Believe it or not, not every claimant has to go before a separate disability evaluator. Quite often, the documentation of your physical limitations may already be in your treating physician’s records. However, if you allege any kind of mental impairment, you will have to go see a psychologist.
The way you prove you’re disabled is by going through a 5-step sequential evaluation process. These often include questions such as:
- “Even with your limitations, are you able to return to your prior work?”
- “If you can’t return to your prior work, are there other jobs in the national economy that you are able to do?”
- And more.
If you are able to return to work, even though you may be earning less money than you were making before your disability, social security doesn’t care about that. If you can work and make what’s called “substantial gainful activity” (which comes out to a little over ~$1,000 a month), then you’re not disabled in the eyes of the government, even if there may be a dramatic decrease in your wages due to the nature of your injury.

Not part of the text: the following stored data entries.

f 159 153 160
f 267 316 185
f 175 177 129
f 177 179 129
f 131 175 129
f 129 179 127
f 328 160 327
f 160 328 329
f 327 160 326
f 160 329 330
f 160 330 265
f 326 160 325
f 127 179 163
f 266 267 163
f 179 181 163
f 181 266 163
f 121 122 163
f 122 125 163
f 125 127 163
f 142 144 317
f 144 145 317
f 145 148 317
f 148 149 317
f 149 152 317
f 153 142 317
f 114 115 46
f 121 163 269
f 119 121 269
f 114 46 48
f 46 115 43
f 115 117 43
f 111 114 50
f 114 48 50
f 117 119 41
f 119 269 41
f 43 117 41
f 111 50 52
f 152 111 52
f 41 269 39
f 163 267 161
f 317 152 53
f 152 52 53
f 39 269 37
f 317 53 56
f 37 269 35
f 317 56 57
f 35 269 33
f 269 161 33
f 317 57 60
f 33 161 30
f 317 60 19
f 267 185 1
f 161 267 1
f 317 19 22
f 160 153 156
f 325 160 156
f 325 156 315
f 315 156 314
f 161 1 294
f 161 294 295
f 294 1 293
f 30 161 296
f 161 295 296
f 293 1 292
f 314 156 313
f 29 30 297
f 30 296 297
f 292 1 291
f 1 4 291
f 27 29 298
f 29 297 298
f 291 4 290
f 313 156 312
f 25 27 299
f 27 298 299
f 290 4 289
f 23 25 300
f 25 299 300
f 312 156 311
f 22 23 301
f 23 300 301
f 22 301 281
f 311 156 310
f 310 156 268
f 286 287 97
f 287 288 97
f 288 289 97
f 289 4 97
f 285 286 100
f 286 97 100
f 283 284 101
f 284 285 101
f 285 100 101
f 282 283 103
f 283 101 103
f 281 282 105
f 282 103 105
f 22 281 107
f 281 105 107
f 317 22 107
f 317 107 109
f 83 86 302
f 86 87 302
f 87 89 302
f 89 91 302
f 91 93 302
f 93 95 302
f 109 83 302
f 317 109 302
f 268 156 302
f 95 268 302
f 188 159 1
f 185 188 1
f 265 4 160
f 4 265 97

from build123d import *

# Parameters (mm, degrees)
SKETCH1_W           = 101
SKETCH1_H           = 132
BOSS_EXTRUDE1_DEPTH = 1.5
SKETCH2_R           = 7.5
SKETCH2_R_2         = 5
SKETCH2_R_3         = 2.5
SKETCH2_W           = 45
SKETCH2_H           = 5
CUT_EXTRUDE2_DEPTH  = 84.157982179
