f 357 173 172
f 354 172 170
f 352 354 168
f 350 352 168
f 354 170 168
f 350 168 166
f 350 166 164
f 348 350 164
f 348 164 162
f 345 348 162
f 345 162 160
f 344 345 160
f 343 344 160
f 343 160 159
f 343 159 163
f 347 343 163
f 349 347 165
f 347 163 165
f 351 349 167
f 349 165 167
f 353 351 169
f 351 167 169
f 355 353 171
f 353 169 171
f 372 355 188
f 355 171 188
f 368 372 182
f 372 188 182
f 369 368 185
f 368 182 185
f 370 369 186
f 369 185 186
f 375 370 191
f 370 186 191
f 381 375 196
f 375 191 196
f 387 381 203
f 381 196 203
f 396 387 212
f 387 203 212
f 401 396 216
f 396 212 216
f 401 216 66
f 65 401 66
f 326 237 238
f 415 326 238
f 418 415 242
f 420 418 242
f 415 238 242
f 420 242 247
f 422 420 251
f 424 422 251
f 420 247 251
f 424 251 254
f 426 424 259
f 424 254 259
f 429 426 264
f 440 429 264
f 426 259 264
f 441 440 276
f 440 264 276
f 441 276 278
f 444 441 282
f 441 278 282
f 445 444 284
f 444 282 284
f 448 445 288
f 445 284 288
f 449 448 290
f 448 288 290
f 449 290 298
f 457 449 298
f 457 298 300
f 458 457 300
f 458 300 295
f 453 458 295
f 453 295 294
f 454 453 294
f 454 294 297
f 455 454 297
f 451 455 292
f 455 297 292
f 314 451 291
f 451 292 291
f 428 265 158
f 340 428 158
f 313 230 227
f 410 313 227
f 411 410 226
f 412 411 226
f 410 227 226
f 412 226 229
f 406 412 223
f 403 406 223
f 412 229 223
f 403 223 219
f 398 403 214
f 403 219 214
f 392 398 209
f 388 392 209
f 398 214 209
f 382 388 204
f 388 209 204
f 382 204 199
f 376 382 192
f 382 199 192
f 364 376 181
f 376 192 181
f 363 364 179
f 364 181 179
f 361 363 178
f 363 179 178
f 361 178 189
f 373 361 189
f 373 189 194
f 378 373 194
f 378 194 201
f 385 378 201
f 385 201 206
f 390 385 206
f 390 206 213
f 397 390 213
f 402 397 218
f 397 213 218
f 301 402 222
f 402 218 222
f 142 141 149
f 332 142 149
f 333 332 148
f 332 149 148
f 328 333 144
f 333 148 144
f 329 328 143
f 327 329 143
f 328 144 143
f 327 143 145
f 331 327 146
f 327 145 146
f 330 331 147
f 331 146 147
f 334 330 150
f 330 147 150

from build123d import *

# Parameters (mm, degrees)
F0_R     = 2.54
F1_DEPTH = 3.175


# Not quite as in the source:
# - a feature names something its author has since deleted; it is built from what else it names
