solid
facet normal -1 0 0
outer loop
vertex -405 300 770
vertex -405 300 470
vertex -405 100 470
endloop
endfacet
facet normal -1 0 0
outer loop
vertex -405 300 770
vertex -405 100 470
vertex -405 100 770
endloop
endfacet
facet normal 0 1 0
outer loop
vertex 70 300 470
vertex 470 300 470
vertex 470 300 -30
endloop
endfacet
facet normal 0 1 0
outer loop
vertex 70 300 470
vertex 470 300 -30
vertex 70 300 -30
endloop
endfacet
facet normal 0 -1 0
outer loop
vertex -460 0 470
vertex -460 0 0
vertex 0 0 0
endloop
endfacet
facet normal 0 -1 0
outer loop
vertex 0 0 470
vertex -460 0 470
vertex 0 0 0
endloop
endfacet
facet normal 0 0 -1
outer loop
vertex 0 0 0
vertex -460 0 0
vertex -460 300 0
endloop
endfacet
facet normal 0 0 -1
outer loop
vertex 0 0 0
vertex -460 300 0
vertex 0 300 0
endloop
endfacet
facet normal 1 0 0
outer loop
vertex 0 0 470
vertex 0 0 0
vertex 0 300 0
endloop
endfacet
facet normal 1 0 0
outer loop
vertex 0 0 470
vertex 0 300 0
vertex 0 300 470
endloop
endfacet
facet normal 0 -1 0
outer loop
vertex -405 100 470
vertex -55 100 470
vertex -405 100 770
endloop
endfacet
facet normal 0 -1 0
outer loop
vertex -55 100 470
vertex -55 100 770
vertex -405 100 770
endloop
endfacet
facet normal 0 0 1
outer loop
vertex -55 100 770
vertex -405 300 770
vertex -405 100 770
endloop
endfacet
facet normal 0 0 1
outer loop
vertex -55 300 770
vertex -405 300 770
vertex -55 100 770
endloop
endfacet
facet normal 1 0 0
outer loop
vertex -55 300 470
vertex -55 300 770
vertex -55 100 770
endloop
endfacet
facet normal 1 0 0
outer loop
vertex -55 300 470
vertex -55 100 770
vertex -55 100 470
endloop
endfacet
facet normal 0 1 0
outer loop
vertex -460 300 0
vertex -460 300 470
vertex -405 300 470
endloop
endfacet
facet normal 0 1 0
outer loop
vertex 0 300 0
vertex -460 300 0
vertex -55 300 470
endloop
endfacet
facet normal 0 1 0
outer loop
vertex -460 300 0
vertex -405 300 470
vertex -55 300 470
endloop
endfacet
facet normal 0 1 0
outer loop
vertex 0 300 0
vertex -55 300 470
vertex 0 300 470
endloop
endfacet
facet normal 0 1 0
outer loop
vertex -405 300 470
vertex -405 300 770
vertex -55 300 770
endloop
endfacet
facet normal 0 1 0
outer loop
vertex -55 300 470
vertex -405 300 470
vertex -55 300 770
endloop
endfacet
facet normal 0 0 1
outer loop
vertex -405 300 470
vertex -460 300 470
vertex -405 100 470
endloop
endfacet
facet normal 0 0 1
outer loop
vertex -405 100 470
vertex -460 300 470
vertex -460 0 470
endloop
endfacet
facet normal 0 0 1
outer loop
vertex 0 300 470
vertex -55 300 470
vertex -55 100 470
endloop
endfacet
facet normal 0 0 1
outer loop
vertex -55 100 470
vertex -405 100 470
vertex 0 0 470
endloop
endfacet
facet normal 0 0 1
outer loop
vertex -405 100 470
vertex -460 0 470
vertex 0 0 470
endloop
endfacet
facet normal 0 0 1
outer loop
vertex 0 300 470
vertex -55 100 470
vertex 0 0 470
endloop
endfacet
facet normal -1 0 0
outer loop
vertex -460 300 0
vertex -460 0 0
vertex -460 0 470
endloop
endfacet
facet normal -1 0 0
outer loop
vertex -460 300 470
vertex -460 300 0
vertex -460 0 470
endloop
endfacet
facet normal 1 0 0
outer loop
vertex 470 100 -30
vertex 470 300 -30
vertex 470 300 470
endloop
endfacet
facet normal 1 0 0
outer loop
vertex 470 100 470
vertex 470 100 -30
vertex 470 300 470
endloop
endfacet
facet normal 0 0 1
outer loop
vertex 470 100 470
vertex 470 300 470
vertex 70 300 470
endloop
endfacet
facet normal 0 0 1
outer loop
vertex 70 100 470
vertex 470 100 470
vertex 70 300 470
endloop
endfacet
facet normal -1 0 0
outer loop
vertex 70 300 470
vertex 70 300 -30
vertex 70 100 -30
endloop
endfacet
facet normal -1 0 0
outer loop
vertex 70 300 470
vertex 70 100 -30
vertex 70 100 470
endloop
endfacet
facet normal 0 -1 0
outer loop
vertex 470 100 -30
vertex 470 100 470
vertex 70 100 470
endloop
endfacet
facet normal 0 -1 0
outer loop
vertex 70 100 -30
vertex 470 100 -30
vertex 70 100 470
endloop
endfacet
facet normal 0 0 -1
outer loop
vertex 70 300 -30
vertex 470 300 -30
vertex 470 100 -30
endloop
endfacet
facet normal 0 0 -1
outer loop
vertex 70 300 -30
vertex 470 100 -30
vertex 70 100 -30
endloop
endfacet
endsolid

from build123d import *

# Parameters (mm, degrees)
F0_W     = 460
F0_H     = 470
F1_DEPTH = 300
F2_W     = 400
F2_H     = 500
F3_DEPTH = 200


with BuildPart() as f1:
    # F0 (on Front) → F1 (new body)
    with BuildSketch(Plane.XZ):
        with Locations((-230, 235)):
            Rectangle(F0_W, F0_H)
    extrude(amount=-F1_DEPTH)

    # F2 (on face) → F3 (join)
    with BuildSketch(Plane(origin=(0, 300, 0), x_dir=(-1, 0, 0), z_dir=(0, 1, 0))):
        Polygon((55, 470), (230, 470), (405, 470), (405, 770), (55, 770), align=None)
        with Locations((-270, 220)):
            Rectangle(F2_W, F2_H)
    extrude(amount=-F3_DEPTH)


solid = f1.part
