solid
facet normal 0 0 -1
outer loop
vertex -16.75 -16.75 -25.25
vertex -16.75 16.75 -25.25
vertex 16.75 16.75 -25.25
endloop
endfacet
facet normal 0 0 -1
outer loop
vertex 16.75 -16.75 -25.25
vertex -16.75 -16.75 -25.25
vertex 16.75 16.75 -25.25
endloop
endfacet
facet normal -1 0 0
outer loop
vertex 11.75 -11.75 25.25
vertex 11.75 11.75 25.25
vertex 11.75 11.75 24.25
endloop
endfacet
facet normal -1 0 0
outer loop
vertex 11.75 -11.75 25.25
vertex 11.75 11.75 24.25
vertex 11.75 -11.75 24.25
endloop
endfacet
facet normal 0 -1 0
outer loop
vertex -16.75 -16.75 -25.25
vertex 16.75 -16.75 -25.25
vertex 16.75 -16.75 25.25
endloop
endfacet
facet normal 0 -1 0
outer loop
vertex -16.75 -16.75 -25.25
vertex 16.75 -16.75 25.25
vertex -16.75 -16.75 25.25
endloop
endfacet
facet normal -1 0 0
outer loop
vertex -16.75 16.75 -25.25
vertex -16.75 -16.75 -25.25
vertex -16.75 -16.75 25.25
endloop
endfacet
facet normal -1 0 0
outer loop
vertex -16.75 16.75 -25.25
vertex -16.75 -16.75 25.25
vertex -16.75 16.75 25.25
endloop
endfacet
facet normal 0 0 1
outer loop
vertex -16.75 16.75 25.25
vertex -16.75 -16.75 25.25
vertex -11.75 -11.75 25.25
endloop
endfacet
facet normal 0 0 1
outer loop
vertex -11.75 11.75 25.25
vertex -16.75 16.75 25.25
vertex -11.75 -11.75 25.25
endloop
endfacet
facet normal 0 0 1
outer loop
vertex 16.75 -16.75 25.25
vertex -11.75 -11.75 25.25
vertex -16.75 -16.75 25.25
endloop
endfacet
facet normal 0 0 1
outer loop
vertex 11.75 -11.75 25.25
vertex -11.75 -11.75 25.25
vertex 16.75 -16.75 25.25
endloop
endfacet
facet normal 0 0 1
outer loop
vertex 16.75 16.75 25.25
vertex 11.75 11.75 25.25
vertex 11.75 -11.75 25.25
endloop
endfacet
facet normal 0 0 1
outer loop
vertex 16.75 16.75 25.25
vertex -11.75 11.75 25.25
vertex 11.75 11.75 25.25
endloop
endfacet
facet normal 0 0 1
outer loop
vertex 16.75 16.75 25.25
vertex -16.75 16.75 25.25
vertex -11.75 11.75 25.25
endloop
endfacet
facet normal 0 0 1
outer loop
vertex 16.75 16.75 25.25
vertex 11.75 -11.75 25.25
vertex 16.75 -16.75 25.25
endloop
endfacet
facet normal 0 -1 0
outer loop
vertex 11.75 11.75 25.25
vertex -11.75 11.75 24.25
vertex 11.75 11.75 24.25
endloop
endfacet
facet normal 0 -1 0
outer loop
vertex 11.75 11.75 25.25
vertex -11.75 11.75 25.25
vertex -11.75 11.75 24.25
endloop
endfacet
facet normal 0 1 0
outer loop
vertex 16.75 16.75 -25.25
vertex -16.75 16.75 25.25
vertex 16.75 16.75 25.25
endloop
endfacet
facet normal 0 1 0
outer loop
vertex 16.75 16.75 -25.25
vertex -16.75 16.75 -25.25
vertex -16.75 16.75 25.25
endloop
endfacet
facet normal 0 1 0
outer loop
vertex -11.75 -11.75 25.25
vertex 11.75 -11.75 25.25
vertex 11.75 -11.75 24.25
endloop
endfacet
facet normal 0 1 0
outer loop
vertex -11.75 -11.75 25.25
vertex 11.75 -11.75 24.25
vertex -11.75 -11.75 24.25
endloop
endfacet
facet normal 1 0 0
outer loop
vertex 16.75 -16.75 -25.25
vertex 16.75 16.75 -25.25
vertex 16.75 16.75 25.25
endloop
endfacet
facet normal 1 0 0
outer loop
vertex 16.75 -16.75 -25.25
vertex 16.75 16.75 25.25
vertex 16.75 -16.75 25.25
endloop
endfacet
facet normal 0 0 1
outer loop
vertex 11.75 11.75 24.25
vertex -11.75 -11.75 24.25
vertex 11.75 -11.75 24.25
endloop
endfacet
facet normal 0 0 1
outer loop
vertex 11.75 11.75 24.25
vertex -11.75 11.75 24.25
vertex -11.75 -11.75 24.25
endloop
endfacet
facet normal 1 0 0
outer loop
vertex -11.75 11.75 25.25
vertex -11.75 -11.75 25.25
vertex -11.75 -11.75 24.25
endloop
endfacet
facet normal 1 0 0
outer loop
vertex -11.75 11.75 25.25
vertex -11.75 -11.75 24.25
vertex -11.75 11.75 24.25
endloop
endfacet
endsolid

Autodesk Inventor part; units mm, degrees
ref_plane "YZ Plane" through (0, 0, 0) normal (1, 0, 0) x (0, 1, 0)
ref_plane "XZ Plane" through (0, 0, 0) normal (0, 1, 0) x (-1, 0, 0)
ref_plane "XY Plane" through (0, 0, 0) normal (0, 0, 1) x (1, 0, 0)
sketch "Sketch1" plane through (0, 0, 0) normal (0, 0, 1) x (1, 0, 0)
  line L0 (-16.75, 16.75) -> (16.75, 16.75)
  line L1 (16.75, 16.75) -> (16.75, -16.75)
  line L2 (16.75, -16.75) -> (-16.75, -16.75)
  line L3 (-16.75, -16.75) -> (-16.75, 16.75)
  line L4 (-16.75, 16.75) -> (16.75, -16.75) construction
  line L5 (16.75, 16.75) -> (-16.75, -16.75) construction
  point P0 (0, 0)
  dimension "d0" = 33.5
  dimension "d1" = 33.5
extrude "Extrusion1" add sketch "Sketch1" along normal mid plane 50.5
sketch "Sketch2" plane through (0, 0, 25.25) normal (0, 0, 1) x (1, 0, 0)
  line L0 (-11.75, 11.75) -> (11.75, 11.75)
  line L1 (11.75, 11.75) -> (11.75, -11.75)
  line L2 (11.75, -11.75) -> (-11.75, -11.75)
  line L3 (-11.75, -11.75) -> (-11.75, 11.75)
  line L4 (-11.75, 11.75) -> (11.75, -11.75) construction
  line L5 (11.75, 11.75) -> (-11.75, -11.75) construction
  line L6 (16.75, 16.75) -> (-16.75, 16.75) projected
  line L7 (16.75, -16.75) -> (16.75, 16.75) projected
  point P0 (0, 0)
  dimension "d4" = 5
  dimension "d5" = 5
extrude "Extrusion2" cut sketch "Sketch2" against normal blind 1
sketch "Sketch3" plane through (0, 0, -25.25) normal (0, 0, -1) x (-1, 0, 0)
  point P0 (0, 0)
properties part number "acrylicpmt"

Again, medical evidence (what social security calls “medical testing” or “laboratory findings”) is the most important asset to your claim. For example, it’s hard to prove that you are disabled due to multiple sclerosis if you don’t have an MRI of your brain showing white matter lesions. Likewise, it’s hard to prove that you don’t have arthritis if there’s no blood work indicating arthritis in your body. This is why medical evidence such as blood work and imaging studies go a long way in proving disability. At the end of the day, social security mostly relies on medical testing as proof that the injured person is truly suffering from a disabling condition that prevents them from properly functioning in a work environment. For more information on Social Security Disability in North Carolina, an initial consultation is your next best step.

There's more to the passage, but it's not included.